> [The task] Look through the records below for the line with "#181=CARTESIAN_POINT('',(-30.861,3.175,-5.588));". Return that line and each one after it up to and including the line with "#206=FACE_BOUND('',#205,.F.);", exactly.

Collection entries:
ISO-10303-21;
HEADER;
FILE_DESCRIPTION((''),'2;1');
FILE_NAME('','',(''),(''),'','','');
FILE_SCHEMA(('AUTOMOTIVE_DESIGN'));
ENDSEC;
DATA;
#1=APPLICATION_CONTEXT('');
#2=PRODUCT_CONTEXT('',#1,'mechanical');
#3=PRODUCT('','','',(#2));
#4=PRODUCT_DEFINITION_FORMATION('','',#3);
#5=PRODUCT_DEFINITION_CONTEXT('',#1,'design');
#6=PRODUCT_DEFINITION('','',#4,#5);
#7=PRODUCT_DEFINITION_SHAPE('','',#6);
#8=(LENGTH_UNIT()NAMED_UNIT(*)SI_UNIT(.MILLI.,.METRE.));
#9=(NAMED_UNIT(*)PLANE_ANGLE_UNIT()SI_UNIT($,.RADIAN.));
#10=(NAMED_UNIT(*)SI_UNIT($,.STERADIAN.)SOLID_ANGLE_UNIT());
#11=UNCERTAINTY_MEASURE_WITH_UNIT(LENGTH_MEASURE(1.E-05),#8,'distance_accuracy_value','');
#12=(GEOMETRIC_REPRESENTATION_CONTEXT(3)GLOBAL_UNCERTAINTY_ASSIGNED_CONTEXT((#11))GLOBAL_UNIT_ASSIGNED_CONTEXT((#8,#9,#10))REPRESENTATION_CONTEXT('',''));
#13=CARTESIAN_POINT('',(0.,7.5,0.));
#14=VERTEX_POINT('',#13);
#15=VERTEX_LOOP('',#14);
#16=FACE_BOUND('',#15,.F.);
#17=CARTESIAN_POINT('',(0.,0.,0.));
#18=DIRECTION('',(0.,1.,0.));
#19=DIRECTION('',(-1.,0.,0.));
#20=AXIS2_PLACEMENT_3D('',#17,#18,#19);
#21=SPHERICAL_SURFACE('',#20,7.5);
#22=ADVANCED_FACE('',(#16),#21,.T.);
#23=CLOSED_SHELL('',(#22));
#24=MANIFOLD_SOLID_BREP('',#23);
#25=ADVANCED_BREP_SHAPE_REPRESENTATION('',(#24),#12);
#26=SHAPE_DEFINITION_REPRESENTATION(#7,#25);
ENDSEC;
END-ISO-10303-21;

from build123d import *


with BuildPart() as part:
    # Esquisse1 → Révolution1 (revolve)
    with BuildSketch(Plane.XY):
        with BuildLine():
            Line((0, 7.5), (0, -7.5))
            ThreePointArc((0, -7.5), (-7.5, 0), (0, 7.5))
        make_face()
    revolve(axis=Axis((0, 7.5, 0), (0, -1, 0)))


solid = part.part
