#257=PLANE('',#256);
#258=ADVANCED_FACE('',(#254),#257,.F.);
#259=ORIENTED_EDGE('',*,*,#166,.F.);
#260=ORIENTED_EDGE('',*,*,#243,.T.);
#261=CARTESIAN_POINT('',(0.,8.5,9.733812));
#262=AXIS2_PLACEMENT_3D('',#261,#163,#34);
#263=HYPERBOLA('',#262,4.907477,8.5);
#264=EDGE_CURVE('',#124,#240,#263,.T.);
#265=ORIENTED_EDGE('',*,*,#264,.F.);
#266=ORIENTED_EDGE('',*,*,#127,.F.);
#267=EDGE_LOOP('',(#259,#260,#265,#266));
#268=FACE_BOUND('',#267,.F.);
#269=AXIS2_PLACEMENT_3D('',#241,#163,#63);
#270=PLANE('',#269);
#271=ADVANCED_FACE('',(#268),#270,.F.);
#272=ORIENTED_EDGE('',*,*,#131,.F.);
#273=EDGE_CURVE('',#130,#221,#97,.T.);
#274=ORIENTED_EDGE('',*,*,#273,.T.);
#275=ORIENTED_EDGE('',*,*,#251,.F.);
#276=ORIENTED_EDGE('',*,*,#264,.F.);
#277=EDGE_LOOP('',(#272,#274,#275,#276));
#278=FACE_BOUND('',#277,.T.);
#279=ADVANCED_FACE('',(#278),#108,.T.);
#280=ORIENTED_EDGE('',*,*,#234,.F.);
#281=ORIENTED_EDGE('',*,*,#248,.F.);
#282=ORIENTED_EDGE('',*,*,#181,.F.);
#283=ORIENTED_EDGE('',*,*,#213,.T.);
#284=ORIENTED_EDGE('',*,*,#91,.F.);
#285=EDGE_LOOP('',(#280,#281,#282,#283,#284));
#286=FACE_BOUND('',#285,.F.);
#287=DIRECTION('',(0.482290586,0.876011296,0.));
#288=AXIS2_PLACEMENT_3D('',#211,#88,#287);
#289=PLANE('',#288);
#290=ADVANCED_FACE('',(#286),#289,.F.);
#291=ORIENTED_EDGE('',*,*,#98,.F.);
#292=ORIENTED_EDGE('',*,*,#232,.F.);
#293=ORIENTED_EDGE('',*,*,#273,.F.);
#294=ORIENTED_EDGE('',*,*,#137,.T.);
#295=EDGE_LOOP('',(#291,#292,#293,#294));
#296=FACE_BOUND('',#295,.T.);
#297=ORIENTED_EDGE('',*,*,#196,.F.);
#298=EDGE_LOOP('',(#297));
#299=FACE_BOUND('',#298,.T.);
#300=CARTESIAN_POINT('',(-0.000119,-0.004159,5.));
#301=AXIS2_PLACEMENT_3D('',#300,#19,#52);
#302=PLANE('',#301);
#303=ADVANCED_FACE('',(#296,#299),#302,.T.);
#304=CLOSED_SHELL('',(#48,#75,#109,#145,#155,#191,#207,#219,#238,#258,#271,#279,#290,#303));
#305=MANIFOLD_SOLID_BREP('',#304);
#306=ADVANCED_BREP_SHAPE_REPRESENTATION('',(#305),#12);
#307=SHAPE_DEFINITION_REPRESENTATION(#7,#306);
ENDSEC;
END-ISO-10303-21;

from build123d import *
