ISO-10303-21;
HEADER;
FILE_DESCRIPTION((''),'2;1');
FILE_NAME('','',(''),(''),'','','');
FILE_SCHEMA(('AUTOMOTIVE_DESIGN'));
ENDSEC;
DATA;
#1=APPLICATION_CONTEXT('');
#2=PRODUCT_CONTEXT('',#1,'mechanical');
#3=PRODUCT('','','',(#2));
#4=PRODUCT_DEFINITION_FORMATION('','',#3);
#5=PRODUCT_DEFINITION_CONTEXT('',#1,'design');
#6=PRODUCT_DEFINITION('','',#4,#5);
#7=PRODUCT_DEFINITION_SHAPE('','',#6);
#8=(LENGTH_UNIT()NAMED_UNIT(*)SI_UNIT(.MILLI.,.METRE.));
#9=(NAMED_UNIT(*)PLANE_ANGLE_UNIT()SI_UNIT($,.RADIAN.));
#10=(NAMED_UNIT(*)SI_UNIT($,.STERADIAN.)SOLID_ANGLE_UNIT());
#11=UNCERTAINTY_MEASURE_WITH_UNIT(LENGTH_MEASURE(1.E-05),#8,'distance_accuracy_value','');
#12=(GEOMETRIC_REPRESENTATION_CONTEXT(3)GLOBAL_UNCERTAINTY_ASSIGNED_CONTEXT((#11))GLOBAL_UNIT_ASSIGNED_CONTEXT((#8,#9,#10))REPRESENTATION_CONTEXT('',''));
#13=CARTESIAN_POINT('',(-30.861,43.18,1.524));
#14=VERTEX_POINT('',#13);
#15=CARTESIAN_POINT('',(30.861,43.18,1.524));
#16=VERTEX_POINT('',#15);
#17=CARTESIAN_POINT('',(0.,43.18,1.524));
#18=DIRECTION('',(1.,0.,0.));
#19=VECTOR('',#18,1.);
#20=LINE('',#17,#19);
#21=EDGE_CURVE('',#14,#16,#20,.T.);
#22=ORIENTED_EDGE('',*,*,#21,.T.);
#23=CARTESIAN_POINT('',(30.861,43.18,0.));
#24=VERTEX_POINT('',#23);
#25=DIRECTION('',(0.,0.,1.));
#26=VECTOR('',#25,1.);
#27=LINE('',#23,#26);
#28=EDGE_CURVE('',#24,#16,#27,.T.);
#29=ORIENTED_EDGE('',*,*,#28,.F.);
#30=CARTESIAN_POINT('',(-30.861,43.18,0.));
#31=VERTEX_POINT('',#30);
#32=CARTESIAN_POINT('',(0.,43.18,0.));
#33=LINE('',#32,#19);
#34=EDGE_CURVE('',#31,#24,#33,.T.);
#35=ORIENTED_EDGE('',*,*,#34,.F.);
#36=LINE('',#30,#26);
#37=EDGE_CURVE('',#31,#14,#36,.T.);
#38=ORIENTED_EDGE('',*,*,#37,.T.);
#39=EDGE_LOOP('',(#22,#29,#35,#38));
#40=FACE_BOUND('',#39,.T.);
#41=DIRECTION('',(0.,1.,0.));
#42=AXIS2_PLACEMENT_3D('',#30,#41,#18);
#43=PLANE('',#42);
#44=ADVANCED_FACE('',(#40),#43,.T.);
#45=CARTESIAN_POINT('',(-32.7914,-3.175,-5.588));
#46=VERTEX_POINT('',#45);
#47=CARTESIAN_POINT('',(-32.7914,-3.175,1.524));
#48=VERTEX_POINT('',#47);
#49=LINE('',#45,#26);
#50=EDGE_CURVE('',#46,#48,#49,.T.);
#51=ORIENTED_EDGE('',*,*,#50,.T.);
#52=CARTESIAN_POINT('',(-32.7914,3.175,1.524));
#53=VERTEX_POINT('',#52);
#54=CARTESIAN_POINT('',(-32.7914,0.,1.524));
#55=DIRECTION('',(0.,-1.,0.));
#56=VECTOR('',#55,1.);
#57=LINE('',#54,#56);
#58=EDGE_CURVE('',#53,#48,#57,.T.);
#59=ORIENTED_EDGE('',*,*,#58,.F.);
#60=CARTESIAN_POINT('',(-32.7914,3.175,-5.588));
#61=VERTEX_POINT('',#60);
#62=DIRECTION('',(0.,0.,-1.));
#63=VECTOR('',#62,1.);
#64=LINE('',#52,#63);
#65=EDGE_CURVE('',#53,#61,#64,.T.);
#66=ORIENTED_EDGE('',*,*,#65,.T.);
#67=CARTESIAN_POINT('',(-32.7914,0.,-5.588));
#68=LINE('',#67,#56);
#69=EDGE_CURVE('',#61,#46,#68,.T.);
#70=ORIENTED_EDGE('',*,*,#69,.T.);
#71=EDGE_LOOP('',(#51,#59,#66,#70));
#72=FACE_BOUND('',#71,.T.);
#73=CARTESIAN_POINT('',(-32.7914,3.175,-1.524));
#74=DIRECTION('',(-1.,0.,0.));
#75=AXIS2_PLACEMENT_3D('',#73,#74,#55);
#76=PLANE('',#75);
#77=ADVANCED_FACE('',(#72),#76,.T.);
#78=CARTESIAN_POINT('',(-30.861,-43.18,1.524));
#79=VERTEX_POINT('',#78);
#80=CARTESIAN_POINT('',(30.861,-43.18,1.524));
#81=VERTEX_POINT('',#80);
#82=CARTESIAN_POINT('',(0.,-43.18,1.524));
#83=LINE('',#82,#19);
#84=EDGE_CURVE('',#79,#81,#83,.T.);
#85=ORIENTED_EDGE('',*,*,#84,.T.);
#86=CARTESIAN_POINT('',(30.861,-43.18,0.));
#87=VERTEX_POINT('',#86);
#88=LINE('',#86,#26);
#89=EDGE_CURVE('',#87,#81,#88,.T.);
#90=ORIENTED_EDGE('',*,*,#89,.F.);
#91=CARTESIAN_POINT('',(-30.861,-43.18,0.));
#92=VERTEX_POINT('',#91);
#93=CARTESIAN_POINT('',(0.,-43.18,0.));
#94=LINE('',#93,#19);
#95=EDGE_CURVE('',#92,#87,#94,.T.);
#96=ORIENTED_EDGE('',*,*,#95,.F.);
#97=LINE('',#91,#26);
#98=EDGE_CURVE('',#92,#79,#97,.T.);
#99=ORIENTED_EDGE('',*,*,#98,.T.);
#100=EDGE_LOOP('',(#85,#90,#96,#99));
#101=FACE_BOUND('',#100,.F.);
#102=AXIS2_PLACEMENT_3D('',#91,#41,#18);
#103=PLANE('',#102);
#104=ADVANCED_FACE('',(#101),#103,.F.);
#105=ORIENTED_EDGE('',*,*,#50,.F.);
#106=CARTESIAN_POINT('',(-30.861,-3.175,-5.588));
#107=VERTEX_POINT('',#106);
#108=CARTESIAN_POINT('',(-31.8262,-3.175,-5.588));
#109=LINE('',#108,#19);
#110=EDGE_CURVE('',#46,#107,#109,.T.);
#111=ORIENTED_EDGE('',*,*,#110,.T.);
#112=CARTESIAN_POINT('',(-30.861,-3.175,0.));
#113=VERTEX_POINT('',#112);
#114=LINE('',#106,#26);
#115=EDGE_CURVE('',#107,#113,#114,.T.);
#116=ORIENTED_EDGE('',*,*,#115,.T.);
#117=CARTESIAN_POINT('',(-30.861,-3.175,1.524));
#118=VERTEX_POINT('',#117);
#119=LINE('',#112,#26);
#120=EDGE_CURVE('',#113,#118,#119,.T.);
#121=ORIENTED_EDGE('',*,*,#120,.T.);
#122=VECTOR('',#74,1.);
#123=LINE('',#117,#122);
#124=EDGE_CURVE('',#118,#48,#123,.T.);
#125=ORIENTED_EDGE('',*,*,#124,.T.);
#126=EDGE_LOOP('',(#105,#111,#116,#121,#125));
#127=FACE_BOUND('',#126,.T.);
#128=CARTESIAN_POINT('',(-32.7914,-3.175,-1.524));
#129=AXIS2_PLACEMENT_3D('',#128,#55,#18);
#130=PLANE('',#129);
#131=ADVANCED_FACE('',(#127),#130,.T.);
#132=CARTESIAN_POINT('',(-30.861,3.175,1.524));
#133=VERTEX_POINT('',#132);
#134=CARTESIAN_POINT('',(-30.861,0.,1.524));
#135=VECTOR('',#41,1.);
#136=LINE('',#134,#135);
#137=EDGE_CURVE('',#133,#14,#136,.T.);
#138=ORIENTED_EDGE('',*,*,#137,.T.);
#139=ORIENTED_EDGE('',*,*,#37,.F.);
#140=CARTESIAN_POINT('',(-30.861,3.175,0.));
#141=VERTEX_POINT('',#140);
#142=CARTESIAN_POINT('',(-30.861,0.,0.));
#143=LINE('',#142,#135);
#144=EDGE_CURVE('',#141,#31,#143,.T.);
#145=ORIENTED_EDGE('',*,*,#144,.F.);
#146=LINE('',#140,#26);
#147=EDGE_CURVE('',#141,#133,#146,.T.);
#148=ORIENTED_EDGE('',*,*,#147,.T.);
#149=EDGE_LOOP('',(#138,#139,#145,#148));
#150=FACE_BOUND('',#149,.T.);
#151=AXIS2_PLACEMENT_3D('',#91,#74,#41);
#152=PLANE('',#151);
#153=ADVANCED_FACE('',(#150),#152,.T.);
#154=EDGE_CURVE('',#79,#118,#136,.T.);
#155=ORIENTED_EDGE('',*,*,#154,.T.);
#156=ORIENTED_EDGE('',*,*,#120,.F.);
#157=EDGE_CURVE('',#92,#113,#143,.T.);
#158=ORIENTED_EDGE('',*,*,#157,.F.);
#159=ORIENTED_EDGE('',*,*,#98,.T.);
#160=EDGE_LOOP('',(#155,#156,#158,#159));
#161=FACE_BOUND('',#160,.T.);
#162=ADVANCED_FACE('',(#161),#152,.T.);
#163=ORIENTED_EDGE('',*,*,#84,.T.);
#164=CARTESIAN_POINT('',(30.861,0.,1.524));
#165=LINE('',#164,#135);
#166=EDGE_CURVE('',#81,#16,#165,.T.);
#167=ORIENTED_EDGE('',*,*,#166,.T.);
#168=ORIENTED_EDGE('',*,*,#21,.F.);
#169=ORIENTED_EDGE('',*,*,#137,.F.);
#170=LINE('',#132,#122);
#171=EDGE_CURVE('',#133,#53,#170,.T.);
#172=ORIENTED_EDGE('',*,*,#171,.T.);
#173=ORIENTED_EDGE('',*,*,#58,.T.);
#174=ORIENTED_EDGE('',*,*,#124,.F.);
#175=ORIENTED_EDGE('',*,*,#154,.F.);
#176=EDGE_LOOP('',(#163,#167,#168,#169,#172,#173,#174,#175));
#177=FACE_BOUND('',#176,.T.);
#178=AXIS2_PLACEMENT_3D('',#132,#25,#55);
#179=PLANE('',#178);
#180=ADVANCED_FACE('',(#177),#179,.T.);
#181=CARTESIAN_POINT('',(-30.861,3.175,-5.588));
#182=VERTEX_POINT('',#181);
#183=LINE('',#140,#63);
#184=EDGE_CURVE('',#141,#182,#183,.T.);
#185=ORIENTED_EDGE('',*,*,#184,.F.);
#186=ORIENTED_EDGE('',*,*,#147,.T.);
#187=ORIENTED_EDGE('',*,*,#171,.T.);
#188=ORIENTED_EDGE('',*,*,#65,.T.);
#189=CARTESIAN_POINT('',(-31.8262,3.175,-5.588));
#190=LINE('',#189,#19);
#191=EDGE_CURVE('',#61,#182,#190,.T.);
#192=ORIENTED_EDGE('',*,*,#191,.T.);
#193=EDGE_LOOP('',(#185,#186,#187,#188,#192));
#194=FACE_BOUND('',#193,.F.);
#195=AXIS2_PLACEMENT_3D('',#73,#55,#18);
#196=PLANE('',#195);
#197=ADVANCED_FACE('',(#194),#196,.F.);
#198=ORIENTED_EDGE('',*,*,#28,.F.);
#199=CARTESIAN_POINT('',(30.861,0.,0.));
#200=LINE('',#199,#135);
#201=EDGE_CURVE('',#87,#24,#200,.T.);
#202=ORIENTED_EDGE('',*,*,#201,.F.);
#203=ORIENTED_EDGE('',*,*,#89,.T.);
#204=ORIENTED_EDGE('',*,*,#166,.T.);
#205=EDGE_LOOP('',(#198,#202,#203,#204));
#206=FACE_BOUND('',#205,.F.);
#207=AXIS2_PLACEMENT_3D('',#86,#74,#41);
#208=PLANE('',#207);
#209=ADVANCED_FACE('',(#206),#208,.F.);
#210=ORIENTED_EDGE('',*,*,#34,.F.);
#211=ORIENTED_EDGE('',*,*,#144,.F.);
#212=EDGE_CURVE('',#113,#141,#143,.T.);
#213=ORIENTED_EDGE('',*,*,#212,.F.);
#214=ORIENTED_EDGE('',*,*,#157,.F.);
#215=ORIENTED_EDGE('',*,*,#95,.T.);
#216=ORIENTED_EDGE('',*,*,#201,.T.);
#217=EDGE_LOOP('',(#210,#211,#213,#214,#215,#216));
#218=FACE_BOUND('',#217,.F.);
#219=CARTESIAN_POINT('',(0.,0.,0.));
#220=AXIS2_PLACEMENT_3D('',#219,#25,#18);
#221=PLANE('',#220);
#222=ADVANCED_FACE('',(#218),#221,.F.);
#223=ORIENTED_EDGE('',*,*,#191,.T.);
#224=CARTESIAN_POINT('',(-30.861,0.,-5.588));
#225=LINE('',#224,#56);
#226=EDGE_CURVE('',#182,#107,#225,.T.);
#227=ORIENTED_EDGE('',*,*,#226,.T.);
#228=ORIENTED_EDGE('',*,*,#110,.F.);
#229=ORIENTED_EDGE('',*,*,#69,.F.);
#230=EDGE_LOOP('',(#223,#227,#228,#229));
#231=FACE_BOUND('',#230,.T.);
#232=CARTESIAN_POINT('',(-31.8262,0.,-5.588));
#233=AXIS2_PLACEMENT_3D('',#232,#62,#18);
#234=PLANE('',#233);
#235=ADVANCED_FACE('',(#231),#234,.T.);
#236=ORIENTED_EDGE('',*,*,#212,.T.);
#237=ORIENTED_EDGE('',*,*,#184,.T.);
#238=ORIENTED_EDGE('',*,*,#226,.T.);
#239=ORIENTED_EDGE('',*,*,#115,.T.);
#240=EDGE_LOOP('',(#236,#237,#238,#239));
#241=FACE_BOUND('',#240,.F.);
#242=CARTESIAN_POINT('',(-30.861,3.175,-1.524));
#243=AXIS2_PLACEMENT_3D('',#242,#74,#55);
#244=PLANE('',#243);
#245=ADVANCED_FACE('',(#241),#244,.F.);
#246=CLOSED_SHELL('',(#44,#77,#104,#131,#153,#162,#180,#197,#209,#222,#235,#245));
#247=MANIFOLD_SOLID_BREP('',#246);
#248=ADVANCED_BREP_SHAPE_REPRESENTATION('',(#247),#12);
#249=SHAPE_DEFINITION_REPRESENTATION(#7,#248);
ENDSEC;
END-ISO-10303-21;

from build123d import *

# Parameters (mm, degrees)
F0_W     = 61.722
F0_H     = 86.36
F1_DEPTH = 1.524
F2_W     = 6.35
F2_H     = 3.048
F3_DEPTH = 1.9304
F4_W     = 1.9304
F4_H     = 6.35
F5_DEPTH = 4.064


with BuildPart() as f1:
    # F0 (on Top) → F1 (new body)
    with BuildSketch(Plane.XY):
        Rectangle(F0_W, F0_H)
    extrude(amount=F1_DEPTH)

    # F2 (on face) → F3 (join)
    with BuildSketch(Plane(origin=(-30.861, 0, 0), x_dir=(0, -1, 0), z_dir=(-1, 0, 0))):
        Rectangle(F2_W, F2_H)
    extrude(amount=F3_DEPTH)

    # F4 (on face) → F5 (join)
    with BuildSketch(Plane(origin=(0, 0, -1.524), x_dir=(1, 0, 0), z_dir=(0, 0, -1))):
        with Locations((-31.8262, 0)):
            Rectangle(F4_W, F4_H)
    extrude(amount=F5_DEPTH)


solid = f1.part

> [Answer to this exercise]
#181=CARTESIAN_POINT('',(-30.861,3.175,-5.588));
#182=VERTEX_POINT('',#181);
#183=LINE('',#140,#63);
#184=EDGE_CURVE('',#141,#182,#183,.T.);
#185=ORIENTED_EDGE('',*,*,#184,.F.);
#186=ORIENTED_EDGE('',*,*,#147,.T.);
#187=ORIENTED_EDGE('',*,*,#171,.T.);
#188=ORIENTED_EDGE('',*,*,#65,.T.);
#189=CARTESIAN_POINT('',(-31.8262,3.175,-5.588));
#190=LINE('',#189,#19);
#191=EDGE_CURVE('',#61,#182,#190,.T.);
#192=ORIENTED_EDGE('',*,*,#191,.T.);
#193=EDGE_LOOP('',(#185,#186,#187,#188,#192));
#194=FACE_BOUND('',#193,.F.);
#195=AXIS2_PLACEMENT_3D('',#73,#55,#18);
#196=PLANE('',#195);
#197=ADVANCED_FACE('',(#194),#196,.F.);
#198=ORIENTED_EDGE('',*,*,#28,.F.);
#199=CARTESIAN_POINT('',(30.861,0.,0.));
#200=LINE('',#199,#135);
#201=EDGE_CURVE('',#87,#24,#200,.T.);
#202=ORIENTED_EDGE('',*,*,#201,.F.);
#203=ORIENTED_EDGE('',*,*,#89,.T.);
#204=ORIENTED_EDGE('',*,*,#166,.T.);
#205=EDGE_LOOP('',(#198,#202,#203,#204));
#206=FACE_BOUND('',#205,.F.);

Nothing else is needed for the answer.